8. Martin Eberhard, Marc Tarpenning & Elon Musk
Electric vehicles (EVs) have come a very long way in the last 30 years and are equal or superior to gasoline cars in many ways other than cost. At the center of this story is Tesla, founded by Martin Eberhard and Marc Tarpenning, which later brought in entrepreneur Elon Musk. How long it will take for the world to embrace EVs is not clear, but the shift away from the internal combustion engine is inevitable.
9. Mohammad Yunus
Mohammad Yunus, recognized as the godfather of microcredit, pioneered a concept that uses small loans at affordable interest rates to transform the lives of the impoverished and enable them to free themselves from poverty.
10. Beyond Meat
Research has shown a direct correlation between animal protein consumption and cancer, heart disease and diabetes. Meat production is also responsible for 18% of the planet’s greenhouse gas emissions and uses 70% of arable lands. As the population increases to approximately 10 billion in 2050, the human demand for meat will double, presenting four key challenges: human health, climate change, natural resources, and animal welfare. Ethan Brown founded Beyond Meat to present consumers with an alternative that uses planet-based protein to solve one of the biggest problems facing the world today.
As people everywhere turn on their taps, most are not aware that by 2025, at least half the globe’s population of 7.6 billion is expected to be living in water-stressed areas. According to the World Health Organization, as of 2017, over 2 billion people globally lacked access to safe drinking water. Although Israeli founder Amir Peleg created TaKaDu to help water authorities identify where they were losing water through leakage, the technology has expanded into an operational platform to detect and manage incidents including data problems, meter issues and water quality control. It can also be used as an early warning system to predict adverse events, and thus TaKaDu has become the eyes and ears of water utility companies all over the world.
12. Toomas Hendrick Ilves
Estonia has quietly become the world’s only digital republic. With a mere 1.3 million people, the country has attracted attention from world leaders, academics, and venture capitalists because 99% of the country’s public services are available 24/7 online. For example, taxes are completed in under five minutes, and over one-third of the country’s citizens vote online.
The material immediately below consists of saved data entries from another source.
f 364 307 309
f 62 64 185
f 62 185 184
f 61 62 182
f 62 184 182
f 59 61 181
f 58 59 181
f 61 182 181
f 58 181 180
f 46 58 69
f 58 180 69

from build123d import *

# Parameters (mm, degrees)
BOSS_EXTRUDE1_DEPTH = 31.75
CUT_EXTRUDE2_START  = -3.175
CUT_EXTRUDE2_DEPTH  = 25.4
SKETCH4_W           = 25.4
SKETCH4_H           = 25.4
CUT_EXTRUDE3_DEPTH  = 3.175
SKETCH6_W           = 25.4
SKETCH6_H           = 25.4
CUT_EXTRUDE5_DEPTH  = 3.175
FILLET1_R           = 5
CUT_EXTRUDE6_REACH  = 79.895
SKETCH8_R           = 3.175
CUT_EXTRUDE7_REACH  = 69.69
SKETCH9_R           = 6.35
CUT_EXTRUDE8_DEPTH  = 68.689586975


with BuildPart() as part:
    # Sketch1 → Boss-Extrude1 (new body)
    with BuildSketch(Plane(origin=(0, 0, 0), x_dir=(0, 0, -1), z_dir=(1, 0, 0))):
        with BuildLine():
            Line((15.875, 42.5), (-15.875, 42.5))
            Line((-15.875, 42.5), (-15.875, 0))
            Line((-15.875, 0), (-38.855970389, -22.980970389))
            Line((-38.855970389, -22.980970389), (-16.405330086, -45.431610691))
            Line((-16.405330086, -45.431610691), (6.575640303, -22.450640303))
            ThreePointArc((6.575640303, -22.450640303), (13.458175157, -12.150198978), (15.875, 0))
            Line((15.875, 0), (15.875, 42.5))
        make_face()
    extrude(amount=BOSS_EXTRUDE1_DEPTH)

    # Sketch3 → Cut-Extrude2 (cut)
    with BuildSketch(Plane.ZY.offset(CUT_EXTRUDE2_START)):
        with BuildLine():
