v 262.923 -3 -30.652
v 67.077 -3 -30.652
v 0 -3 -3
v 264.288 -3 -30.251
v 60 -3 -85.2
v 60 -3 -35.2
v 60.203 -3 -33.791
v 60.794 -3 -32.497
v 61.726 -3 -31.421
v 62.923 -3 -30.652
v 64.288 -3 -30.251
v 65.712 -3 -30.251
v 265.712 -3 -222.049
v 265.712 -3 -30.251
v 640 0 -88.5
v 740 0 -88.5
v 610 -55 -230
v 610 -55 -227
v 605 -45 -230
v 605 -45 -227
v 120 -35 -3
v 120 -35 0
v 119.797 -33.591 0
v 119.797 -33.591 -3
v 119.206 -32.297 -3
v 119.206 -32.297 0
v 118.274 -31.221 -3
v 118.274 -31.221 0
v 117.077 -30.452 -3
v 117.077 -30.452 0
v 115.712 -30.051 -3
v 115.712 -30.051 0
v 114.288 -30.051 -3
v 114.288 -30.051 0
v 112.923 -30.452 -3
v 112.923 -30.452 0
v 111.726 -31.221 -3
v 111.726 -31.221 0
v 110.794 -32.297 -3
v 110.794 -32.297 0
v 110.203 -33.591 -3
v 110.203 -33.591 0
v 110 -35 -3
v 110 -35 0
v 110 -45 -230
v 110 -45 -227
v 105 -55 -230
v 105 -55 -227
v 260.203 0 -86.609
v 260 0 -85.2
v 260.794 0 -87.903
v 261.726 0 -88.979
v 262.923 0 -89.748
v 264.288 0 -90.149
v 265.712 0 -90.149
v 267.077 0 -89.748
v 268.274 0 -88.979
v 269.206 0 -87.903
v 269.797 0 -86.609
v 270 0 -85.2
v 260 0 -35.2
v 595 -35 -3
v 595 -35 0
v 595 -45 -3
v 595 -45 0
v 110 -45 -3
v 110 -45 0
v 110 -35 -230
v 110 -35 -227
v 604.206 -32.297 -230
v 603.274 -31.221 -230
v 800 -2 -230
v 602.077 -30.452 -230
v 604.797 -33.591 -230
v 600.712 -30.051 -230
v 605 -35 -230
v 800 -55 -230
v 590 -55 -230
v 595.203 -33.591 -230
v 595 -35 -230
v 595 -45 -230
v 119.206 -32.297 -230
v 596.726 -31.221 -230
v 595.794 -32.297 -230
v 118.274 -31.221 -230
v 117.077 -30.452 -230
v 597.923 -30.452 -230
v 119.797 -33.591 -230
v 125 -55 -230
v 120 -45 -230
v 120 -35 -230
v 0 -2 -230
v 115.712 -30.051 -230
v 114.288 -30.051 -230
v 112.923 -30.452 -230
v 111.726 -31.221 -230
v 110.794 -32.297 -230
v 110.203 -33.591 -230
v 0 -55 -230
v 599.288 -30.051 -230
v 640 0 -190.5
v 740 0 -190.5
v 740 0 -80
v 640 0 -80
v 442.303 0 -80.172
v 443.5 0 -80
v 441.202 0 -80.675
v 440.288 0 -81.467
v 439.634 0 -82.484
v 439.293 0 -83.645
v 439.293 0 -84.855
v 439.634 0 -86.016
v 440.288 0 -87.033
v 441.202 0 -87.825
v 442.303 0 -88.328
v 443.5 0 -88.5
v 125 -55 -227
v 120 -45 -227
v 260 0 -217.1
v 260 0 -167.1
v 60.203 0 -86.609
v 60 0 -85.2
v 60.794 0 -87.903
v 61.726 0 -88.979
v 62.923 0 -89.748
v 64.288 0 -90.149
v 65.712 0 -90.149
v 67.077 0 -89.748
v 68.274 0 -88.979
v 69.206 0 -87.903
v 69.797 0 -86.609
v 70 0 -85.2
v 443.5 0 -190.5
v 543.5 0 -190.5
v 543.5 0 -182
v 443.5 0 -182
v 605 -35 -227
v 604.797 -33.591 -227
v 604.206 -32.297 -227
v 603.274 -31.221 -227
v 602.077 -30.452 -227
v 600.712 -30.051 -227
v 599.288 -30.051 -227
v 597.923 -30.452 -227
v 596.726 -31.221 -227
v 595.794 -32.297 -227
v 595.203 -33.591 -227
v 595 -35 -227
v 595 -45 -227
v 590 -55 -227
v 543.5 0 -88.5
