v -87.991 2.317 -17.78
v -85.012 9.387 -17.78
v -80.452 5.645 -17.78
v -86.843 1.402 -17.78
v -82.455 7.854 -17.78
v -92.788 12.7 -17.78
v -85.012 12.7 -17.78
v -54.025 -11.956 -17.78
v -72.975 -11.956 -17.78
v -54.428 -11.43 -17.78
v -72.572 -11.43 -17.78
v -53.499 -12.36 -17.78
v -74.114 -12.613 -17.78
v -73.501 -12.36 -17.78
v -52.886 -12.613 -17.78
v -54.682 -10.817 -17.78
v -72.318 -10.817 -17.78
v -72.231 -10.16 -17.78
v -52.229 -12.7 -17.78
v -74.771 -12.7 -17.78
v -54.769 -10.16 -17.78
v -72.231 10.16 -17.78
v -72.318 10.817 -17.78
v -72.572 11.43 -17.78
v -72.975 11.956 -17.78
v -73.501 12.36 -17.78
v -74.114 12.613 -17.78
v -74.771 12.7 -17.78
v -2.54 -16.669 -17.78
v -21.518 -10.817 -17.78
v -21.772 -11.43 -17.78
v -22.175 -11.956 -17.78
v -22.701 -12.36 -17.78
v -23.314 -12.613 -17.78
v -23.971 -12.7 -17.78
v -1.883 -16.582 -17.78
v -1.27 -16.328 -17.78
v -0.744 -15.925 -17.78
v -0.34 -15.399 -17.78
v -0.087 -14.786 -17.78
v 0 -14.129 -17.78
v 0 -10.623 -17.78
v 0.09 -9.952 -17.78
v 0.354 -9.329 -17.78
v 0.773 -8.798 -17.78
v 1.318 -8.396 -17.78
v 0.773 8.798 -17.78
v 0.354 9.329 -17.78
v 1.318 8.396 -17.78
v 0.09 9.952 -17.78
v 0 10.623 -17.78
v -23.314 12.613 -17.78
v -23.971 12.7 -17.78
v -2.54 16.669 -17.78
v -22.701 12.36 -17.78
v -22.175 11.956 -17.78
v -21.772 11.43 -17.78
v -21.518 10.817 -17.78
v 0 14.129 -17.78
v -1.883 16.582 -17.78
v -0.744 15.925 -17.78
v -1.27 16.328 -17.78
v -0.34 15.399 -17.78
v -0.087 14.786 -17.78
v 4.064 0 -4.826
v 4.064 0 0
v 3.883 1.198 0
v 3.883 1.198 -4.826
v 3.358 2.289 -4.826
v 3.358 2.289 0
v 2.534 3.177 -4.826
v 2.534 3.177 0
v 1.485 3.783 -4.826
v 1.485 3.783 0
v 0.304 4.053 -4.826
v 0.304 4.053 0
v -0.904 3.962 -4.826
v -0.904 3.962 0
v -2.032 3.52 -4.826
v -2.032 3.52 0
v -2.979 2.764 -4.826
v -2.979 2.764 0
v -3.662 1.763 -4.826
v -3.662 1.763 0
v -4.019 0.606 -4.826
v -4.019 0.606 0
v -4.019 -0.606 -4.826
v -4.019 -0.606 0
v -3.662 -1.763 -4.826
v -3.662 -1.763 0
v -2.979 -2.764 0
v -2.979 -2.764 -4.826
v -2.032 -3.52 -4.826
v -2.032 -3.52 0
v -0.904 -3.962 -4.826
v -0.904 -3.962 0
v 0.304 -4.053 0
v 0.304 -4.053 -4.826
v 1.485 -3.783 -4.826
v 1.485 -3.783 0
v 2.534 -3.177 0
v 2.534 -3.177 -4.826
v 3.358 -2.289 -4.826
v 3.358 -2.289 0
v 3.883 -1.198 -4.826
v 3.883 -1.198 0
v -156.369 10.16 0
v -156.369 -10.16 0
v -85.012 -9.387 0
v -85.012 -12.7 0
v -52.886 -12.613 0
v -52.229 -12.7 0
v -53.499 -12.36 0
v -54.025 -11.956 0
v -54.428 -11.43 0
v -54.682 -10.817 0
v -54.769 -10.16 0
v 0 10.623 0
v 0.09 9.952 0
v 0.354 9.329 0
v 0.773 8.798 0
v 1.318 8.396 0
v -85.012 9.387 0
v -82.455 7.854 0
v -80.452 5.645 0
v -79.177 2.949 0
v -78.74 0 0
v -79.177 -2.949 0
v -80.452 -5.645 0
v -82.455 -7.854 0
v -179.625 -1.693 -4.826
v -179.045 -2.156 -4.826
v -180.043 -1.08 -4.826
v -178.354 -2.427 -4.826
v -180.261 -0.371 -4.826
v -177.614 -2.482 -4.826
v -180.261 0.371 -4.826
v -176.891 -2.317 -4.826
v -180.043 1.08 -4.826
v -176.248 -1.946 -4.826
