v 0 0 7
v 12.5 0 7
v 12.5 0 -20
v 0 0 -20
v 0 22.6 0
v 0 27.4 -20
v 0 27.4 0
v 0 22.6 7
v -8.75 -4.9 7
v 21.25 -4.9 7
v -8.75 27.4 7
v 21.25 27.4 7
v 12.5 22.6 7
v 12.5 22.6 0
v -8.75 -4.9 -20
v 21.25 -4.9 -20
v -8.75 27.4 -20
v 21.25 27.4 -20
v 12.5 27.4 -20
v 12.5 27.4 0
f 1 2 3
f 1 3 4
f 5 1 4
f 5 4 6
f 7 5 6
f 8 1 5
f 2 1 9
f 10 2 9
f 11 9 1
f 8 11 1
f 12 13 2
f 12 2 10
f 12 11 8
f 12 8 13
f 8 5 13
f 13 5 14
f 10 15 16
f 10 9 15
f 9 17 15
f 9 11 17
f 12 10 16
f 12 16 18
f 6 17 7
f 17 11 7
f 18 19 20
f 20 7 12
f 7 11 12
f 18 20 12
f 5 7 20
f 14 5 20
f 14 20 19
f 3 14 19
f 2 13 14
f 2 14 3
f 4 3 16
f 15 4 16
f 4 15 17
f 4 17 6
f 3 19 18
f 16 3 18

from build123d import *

# Parameters (mm, degrees)
F1_W     = 30
F1_H     = 32.3
F2_DEPTH = 7
F0_W     = 12.5
F0_H     = 22.6
F3_DEPTH = 7
F4_W     = 8.75
F4_H     = 4.9
F4_W_2   = 12.5
F4_H_2   = 22.6
F4_H_3   = 4.8
F5_DEPTH = 20


with BuildPart() as f2:
    # F1 (on Top) → F2 (new body)
    with BuildSketch(Plane.XY):
        with Locations((6.25, 11.25)):
            Rectangle(F1_W, F1_H)
    extrude(amount=F2_DEPTH)

    # F0 (on Top) → F3 (cut)
    with BuildSketch(Plane.XY):
        with Locations((6.25, 11.3)):
            Rectangle(F0_W, F0_H)
    extrude(amount=F3_DEPTH, mode=Mode.SUBTRACT)

    # F4 (on Top) → F5 (join)
    with BuildSketch(Plane.XY):
        with Locations((-4.375, -2.45)):
            Rectangle(F4_W, F4_H)
        with Locations((6.25, -2.45)):
            Rectangle(F4_W_2, F4_H)
        with Locations((-4.375, 11.3)):
            Rectangle(F4_W, F4_H_2)
        with Locations((-4.375, 25)):
            Rectangle(F4_W, F4_H_3)
        with Locations((16.875, 11.3)):
            Rectangle(F4_W, F4_H_2)
        with Locations((16.875, -2.45)):
            Rectangle(F4_W, F4_H)
        with Locations((16.875, 25)):
            Rectangle(F4_W, F4_H_3)
    extrude(amount=-F5_DEPTH)


solid = f2.part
Estonia offers the world a powerful blueprint for living in a digital society. Hendrick Ilves, an Estonian ambassador to the US and later the president of Estonia, was an instrumental figure in this transformation, helping the country reinvent itself into what he calls “E-Stonia.”
13. Sebastian Thrun
The automotive industry is undergoing a transformation. Almost every global automaker is working to create the ultimate self-driving machine, and in the not-too-distant future, how people use their cars and how goods are delivered will be very different from today. The consensus is that people will soon be using cars powered not by people but by smart computers, and experts predict that fully autonomous cars will be on the road by 2030. Thrun, Stanford’s Artificial Intelligence Lab director and later the head of Google X, a research lab and innovation center, has been a key figure in developing self-driving vehicles.